## [Your goal]
Determine how many lines of the data include the word "source", and write only that number.

*** Opening Information supplied ***

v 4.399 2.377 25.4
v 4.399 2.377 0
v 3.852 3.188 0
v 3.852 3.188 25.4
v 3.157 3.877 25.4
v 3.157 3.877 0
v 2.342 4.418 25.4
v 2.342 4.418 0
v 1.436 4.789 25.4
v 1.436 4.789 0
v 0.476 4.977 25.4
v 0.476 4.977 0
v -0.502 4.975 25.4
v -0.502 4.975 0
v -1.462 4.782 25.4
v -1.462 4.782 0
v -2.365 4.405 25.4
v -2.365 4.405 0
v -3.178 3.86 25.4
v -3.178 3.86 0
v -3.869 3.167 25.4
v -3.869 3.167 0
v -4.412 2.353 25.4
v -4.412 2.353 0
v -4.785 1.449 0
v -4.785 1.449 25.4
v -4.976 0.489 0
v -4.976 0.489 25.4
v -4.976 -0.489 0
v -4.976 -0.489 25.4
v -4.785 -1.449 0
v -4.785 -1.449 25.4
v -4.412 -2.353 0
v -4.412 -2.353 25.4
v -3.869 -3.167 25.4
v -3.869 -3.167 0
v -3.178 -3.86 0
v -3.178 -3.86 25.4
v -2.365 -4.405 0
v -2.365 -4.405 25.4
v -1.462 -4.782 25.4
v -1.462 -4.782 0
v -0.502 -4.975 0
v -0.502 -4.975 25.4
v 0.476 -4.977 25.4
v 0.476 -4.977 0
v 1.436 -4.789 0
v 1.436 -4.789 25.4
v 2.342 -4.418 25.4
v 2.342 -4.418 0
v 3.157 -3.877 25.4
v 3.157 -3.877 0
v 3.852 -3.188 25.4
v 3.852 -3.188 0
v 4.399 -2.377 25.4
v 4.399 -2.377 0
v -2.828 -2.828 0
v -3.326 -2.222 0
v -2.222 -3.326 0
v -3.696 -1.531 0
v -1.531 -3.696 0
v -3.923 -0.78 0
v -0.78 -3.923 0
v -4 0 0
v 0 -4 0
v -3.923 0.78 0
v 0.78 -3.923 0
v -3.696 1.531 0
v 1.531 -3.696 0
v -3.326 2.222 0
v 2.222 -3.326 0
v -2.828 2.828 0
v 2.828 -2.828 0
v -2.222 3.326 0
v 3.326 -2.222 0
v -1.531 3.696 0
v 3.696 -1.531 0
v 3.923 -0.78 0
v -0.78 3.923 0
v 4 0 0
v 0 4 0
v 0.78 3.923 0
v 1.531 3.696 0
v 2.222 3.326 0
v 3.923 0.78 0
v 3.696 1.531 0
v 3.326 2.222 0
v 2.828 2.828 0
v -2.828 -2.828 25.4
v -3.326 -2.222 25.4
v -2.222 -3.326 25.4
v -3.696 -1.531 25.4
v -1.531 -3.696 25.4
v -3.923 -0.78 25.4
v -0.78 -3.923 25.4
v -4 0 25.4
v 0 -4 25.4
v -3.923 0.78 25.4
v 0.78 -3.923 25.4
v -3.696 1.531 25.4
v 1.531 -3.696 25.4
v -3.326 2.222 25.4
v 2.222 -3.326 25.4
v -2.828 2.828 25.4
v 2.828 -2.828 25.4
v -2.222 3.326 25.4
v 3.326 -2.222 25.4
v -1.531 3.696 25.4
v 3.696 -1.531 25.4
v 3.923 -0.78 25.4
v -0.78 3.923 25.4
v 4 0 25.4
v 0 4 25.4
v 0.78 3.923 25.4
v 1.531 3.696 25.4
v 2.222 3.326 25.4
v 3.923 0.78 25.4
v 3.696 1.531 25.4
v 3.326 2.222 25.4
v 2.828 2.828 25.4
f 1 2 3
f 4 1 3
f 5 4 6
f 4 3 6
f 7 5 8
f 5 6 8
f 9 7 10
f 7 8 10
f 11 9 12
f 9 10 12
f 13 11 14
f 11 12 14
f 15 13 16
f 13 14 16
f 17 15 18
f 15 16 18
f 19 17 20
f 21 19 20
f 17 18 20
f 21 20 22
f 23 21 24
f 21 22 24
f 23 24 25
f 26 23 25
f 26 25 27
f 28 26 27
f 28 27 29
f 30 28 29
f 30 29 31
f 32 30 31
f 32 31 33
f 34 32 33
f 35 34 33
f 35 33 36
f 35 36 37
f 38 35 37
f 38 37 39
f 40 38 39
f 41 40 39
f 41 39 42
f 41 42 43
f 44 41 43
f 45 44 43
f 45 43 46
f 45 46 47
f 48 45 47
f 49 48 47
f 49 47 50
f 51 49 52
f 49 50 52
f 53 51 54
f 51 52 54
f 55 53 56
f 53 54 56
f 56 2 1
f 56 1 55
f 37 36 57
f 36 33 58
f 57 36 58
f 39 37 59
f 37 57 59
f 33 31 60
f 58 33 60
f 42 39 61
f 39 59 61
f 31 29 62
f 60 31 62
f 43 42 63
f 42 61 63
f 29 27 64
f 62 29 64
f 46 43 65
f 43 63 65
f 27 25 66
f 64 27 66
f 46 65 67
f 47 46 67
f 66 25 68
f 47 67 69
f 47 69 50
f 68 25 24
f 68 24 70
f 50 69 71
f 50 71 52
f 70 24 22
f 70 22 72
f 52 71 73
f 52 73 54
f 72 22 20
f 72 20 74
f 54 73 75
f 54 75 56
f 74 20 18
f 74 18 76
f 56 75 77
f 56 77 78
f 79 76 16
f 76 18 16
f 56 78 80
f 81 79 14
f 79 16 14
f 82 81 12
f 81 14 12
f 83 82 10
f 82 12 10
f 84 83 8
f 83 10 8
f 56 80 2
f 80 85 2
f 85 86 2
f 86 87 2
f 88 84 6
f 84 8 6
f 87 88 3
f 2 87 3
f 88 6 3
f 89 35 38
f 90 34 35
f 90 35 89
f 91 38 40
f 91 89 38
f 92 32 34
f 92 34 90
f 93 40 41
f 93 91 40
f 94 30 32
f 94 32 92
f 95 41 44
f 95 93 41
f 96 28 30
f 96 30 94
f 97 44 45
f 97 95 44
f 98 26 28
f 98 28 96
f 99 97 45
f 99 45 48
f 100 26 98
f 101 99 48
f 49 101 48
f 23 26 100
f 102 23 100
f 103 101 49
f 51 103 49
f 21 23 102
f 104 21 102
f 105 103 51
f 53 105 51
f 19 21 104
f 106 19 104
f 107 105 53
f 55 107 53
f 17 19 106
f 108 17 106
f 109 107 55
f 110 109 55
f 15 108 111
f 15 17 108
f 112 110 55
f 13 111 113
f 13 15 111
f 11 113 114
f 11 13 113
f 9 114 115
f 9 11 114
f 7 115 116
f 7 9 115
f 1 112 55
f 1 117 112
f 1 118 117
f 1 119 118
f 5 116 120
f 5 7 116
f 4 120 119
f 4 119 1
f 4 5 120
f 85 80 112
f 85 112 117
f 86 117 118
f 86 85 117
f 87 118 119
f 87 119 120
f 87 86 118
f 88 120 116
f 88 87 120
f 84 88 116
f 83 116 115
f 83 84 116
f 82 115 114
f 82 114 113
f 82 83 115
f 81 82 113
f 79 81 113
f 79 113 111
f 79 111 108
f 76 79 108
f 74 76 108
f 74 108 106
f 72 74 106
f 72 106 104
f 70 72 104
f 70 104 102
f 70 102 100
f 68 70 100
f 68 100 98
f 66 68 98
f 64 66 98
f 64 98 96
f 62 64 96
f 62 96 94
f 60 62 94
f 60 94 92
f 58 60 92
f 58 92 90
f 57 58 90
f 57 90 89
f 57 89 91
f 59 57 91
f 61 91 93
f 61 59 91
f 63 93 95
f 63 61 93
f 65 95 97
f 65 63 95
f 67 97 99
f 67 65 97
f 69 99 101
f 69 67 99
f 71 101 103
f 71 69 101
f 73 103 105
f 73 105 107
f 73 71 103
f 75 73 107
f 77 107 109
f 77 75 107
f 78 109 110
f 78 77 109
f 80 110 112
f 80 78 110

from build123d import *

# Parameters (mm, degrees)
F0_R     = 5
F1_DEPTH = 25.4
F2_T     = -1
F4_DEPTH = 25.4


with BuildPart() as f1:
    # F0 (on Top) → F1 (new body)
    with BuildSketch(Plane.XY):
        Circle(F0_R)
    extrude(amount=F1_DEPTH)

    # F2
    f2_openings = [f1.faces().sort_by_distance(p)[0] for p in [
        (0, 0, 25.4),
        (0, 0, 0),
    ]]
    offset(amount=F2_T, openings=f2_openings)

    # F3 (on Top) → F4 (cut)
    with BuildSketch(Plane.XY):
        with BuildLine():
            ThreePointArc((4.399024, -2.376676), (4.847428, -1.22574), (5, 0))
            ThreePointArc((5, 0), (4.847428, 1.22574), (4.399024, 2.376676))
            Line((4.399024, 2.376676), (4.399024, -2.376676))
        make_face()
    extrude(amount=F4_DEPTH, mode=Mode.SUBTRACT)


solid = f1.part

*** Closing Information supplied ***
*** Opening Information supplied ***

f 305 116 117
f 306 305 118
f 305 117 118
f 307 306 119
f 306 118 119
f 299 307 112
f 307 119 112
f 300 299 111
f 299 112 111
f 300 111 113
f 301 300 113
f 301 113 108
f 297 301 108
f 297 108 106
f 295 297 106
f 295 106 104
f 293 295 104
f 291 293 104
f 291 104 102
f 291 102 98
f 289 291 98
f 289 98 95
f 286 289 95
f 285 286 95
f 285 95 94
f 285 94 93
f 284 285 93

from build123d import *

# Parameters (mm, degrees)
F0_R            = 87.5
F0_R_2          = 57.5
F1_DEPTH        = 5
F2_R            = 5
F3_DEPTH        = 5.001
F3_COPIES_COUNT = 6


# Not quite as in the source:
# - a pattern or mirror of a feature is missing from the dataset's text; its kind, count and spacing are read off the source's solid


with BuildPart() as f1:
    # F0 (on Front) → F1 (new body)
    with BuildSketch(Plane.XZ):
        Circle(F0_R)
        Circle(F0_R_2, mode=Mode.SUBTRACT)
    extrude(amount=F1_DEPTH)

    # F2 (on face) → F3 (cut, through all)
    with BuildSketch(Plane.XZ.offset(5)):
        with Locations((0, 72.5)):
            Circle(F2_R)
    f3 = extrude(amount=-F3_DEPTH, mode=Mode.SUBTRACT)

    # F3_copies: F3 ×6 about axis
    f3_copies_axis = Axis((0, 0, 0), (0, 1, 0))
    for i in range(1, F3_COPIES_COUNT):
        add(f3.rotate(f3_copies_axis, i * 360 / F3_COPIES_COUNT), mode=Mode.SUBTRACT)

*** Closing Information supplied ***

## [Answer box]
2